## TASK DESCRIPTION
Using the data that follows, return exactly the lines from the one that contains "translate([right ? length-0.8" through the one that contains "translate([x-5,y,0]) rotate([90,0,90]) linear_extrude(10)", ends included.

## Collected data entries
----------
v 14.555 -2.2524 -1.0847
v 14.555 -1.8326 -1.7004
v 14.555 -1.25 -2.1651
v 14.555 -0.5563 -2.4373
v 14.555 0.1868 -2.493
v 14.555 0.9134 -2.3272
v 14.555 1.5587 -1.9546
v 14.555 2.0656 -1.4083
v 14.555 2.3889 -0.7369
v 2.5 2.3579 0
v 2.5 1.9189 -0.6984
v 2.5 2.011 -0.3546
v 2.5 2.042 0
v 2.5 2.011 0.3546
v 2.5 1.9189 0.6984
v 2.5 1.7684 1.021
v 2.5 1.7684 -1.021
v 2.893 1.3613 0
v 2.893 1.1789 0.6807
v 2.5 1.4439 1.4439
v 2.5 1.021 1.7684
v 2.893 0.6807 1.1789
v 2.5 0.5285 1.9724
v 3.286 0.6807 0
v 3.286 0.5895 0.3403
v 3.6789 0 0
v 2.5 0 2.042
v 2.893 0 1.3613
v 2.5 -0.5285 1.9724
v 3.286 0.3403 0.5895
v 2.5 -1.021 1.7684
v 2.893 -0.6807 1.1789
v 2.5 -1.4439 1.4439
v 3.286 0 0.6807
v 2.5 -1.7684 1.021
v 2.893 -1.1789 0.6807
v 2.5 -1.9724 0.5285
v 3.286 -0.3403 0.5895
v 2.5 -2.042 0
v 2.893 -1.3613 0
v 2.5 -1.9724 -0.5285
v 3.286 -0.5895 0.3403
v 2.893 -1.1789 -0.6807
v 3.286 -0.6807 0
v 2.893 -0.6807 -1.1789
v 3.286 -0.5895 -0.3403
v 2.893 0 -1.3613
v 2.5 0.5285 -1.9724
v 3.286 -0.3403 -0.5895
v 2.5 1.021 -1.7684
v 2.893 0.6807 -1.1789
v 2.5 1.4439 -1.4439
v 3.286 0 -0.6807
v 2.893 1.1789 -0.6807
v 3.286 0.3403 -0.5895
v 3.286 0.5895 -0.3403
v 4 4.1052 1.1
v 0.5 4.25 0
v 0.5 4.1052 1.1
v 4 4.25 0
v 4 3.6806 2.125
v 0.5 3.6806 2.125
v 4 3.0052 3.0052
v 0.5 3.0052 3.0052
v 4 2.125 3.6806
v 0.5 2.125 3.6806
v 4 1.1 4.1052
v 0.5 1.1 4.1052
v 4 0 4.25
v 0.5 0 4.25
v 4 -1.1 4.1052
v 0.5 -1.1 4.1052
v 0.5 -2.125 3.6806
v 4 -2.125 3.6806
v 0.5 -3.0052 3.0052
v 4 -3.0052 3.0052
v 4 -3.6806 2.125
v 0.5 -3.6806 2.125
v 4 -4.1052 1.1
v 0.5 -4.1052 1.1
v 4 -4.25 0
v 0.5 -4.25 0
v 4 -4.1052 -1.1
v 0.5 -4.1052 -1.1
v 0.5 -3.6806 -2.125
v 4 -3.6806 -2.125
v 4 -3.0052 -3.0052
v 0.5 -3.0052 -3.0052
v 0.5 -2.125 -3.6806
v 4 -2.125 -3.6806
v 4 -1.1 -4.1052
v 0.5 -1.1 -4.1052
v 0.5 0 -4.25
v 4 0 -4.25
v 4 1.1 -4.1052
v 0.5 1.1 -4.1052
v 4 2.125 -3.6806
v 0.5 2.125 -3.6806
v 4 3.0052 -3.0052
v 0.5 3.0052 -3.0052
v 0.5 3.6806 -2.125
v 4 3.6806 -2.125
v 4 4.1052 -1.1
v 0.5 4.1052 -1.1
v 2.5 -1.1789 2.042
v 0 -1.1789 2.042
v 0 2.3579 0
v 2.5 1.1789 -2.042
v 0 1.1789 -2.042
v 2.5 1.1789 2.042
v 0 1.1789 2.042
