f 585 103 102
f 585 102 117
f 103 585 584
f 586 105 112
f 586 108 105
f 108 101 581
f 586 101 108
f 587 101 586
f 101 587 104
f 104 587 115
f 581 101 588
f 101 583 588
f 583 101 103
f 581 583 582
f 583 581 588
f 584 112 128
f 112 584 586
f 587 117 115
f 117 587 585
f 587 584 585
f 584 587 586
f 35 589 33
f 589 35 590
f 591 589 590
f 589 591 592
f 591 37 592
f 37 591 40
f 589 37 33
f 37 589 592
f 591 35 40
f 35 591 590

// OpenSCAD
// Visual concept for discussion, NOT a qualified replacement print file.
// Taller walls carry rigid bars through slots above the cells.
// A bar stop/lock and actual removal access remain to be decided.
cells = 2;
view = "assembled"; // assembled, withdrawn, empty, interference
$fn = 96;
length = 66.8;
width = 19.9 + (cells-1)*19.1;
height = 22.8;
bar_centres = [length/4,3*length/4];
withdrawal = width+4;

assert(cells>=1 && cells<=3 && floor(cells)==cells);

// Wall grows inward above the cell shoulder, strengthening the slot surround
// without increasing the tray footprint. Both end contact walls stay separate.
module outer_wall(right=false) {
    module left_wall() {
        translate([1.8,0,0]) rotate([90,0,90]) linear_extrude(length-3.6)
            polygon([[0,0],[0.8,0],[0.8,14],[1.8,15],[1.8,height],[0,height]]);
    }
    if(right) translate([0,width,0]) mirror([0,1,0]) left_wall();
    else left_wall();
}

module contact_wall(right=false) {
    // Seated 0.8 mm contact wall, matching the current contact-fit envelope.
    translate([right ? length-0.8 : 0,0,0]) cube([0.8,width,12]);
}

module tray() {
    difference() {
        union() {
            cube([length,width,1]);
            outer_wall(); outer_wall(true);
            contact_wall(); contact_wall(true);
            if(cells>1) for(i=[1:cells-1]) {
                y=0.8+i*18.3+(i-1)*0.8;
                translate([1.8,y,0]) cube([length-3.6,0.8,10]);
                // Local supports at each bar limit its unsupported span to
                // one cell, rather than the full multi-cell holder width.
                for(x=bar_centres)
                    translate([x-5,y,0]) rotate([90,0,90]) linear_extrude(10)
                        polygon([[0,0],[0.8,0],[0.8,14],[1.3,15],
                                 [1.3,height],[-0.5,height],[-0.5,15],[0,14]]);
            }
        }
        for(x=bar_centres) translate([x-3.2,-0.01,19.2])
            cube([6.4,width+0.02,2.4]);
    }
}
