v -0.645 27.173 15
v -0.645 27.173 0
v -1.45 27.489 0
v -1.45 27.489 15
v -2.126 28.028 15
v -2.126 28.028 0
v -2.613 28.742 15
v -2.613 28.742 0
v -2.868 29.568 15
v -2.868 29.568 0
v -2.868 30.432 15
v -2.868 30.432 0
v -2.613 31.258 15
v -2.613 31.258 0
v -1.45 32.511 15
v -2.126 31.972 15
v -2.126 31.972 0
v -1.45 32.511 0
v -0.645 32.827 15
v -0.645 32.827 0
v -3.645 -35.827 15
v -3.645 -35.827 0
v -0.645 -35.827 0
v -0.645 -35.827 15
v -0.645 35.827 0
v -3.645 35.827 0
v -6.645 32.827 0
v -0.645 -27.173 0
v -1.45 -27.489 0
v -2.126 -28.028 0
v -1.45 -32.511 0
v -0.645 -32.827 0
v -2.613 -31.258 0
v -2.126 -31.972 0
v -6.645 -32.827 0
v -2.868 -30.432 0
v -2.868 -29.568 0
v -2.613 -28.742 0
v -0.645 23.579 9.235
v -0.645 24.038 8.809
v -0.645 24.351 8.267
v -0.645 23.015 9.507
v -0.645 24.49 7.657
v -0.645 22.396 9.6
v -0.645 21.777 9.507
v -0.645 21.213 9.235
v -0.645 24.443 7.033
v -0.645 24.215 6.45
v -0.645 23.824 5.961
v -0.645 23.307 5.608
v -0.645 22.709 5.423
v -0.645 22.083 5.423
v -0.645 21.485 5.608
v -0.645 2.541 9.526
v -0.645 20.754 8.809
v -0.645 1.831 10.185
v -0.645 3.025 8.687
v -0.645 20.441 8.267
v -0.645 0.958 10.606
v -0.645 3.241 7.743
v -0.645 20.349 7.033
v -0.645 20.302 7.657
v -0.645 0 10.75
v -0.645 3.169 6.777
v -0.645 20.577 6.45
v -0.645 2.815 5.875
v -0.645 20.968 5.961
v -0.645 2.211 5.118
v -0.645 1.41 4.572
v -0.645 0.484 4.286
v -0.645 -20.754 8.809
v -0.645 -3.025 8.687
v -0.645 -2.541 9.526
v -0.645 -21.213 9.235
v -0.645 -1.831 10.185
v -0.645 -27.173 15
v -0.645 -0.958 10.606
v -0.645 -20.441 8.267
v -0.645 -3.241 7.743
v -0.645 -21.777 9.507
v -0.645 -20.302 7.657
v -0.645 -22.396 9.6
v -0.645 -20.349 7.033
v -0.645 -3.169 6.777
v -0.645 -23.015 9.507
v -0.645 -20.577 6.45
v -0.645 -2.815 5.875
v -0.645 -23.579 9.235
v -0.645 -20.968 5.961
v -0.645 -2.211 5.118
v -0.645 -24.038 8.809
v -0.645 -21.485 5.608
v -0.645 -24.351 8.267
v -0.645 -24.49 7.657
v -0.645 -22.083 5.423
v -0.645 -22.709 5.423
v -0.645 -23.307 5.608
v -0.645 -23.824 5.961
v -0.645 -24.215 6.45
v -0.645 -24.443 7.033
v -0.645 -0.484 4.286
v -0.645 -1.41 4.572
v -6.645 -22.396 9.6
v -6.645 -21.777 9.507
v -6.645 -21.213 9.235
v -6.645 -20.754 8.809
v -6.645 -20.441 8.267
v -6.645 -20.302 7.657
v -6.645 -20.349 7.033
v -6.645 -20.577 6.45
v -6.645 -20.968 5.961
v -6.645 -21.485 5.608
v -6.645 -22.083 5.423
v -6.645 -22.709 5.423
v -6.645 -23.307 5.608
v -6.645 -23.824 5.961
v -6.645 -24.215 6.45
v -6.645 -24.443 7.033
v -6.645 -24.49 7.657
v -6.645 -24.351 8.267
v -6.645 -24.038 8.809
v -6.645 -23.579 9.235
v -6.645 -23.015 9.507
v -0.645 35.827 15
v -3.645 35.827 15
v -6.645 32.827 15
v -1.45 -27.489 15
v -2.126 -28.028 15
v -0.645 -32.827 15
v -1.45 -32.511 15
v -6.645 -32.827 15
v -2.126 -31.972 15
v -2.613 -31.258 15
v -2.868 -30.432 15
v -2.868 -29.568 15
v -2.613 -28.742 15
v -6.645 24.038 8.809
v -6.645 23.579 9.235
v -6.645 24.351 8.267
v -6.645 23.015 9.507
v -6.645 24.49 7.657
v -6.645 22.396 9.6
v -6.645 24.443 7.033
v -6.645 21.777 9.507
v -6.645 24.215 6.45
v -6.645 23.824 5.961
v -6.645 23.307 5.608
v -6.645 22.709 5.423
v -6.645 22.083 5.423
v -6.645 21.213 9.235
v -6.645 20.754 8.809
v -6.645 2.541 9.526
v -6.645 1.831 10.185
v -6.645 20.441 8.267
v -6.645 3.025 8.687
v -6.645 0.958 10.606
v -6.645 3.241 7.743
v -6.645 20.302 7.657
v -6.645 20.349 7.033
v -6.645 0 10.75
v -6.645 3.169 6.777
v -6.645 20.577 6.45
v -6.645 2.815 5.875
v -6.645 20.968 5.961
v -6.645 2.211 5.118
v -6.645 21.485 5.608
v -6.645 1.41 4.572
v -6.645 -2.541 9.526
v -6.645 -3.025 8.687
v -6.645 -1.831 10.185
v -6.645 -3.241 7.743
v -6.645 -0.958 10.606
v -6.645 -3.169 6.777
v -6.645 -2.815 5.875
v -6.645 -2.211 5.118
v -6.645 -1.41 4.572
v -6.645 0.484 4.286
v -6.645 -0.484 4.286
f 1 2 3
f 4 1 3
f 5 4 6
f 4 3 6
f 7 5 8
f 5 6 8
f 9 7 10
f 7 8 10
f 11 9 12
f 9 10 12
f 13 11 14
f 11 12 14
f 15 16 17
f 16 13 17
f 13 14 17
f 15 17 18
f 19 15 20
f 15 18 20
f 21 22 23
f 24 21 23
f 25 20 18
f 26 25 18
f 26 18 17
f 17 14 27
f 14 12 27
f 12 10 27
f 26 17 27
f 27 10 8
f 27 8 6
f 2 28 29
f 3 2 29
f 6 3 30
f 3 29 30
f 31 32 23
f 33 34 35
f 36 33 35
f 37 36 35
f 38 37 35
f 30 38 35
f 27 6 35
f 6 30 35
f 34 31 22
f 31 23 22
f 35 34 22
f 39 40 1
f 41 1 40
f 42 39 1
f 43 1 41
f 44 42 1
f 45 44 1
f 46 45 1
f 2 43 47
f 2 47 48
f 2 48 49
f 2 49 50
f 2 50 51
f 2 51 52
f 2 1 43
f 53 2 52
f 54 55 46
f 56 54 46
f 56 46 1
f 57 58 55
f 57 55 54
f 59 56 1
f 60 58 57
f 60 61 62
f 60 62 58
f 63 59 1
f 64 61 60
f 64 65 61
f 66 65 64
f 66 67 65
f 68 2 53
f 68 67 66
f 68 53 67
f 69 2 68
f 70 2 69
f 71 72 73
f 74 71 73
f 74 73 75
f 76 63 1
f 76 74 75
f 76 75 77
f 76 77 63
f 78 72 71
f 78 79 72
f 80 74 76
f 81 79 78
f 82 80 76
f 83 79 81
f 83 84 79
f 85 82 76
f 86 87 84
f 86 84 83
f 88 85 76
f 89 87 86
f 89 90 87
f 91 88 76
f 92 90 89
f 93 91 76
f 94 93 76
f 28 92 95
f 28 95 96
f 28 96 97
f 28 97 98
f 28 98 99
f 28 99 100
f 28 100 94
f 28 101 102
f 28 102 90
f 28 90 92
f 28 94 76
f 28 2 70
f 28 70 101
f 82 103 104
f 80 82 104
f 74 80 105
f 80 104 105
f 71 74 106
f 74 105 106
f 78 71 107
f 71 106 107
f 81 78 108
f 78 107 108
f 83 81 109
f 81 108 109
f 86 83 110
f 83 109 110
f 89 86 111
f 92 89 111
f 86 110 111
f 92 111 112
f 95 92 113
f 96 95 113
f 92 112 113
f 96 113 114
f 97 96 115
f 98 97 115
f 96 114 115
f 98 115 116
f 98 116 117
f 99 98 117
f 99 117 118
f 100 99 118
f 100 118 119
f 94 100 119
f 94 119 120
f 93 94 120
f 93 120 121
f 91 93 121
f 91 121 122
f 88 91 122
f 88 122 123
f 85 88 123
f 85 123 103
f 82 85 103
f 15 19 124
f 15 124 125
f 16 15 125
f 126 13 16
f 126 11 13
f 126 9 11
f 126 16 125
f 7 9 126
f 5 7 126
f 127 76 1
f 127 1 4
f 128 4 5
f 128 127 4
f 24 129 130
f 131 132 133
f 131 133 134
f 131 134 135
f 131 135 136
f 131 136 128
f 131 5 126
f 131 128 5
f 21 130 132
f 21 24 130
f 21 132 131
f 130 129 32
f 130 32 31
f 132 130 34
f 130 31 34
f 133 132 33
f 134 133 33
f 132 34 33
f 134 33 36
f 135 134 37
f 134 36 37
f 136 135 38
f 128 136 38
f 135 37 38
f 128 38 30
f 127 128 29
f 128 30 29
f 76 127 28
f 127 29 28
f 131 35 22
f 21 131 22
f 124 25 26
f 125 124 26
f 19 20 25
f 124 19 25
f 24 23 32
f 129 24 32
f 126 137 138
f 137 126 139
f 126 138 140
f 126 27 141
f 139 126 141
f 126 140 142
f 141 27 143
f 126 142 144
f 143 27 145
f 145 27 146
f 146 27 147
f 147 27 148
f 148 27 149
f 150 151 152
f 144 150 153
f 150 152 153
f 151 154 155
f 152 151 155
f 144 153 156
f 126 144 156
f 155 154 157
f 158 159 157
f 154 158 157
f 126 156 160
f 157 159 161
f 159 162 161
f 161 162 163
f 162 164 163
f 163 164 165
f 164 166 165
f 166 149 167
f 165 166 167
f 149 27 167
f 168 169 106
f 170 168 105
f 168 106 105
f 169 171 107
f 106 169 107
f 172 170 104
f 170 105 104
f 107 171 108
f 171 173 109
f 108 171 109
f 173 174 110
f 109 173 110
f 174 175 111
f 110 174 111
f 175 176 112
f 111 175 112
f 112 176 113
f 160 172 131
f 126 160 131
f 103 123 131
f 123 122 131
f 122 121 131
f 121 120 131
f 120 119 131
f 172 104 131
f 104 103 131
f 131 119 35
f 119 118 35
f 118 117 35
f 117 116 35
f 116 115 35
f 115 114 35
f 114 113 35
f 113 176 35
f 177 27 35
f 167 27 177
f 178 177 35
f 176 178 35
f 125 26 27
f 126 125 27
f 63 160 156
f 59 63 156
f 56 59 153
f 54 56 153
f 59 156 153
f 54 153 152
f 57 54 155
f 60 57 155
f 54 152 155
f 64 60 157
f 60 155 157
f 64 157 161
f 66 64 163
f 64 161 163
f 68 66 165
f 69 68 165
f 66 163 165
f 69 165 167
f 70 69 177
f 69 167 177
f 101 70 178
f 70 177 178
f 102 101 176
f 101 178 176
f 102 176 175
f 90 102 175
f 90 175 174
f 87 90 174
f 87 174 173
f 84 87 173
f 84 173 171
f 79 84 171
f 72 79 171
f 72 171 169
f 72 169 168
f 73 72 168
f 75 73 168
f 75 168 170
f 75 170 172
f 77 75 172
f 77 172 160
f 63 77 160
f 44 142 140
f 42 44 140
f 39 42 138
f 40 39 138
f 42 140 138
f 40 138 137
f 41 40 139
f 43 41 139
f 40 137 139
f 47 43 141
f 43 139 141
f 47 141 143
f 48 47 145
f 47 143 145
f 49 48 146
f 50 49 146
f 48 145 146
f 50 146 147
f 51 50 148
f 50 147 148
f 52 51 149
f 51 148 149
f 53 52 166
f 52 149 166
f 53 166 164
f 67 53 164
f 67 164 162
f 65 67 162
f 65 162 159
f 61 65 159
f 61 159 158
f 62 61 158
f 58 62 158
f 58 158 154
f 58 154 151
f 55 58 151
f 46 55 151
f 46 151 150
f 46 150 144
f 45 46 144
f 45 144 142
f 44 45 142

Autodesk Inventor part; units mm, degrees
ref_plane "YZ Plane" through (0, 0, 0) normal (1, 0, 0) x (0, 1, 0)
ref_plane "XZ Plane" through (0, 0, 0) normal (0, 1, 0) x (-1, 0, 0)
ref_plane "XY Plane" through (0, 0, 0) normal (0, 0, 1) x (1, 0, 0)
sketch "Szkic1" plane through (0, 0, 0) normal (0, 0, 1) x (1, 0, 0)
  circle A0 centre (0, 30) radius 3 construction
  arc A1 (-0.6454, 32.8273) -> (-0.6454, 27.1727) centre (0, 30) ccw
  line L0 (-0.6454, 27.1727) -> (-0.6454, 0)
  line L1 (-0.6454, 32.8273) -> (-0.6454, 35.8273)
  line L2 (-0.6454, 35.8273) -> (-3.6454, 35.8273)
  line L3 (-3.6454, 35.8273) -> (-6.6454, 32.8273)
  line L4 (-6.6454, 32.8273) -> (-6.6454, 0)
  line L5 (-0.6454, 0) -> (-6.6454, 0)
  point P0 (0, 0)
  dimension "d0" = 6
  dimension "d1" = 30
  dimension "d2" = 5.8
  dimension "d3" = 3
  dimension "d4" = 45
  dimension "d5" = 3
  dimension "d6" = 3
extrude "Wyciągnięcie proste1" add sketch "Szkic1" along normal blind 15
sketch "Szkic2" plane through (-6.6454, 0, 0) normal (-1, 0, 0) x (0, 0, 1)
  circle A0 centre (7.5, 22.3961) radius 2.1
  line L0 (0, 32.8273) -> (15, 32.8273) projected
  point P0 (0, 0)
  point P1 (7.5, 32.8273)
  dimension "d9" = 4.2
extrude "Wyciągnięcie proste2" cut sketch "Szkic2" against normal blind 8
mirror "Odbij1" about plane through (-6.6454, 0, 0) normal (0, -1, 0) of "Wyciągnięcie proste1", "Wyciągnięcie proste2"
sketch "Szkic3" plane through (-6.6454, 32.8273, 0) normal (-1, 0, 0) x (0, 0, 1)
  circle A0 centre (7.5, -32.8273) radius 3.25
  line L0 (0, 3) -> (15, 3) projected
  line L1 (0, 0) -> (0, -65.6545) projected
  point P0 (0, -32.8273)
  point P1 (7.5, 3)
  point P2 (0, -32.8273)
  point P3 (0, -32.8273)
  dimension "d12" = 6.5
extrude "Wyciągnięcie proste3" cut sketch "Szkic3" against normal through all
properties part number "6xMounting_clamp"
----------
## TASK SOLUTION
    translate([right ? length-0.8 : 0,0,0]) cube([0.8,width,12]);
}

module tray() {
    difference() {
        union() {
            cube([length,width,1]);
            outer_wall(); outer_wall(true);
            contact_wall(); contact_wall(true);
            if(cells>1) for(i=[1:cells-1]) {
                y=0.8+i*18.3+(i-1)*0.8;
                translate([1.8,y,0]) cube([length-3.6,0.8,10]);
                // Local supports at each bar limit its unsupported span to
                // one cell, rather than the full multi-cell holder width.
                for(x=bar_centres)
                    translate([x-5,y,0]) rotate([90,0,90]) linear_extrude(10)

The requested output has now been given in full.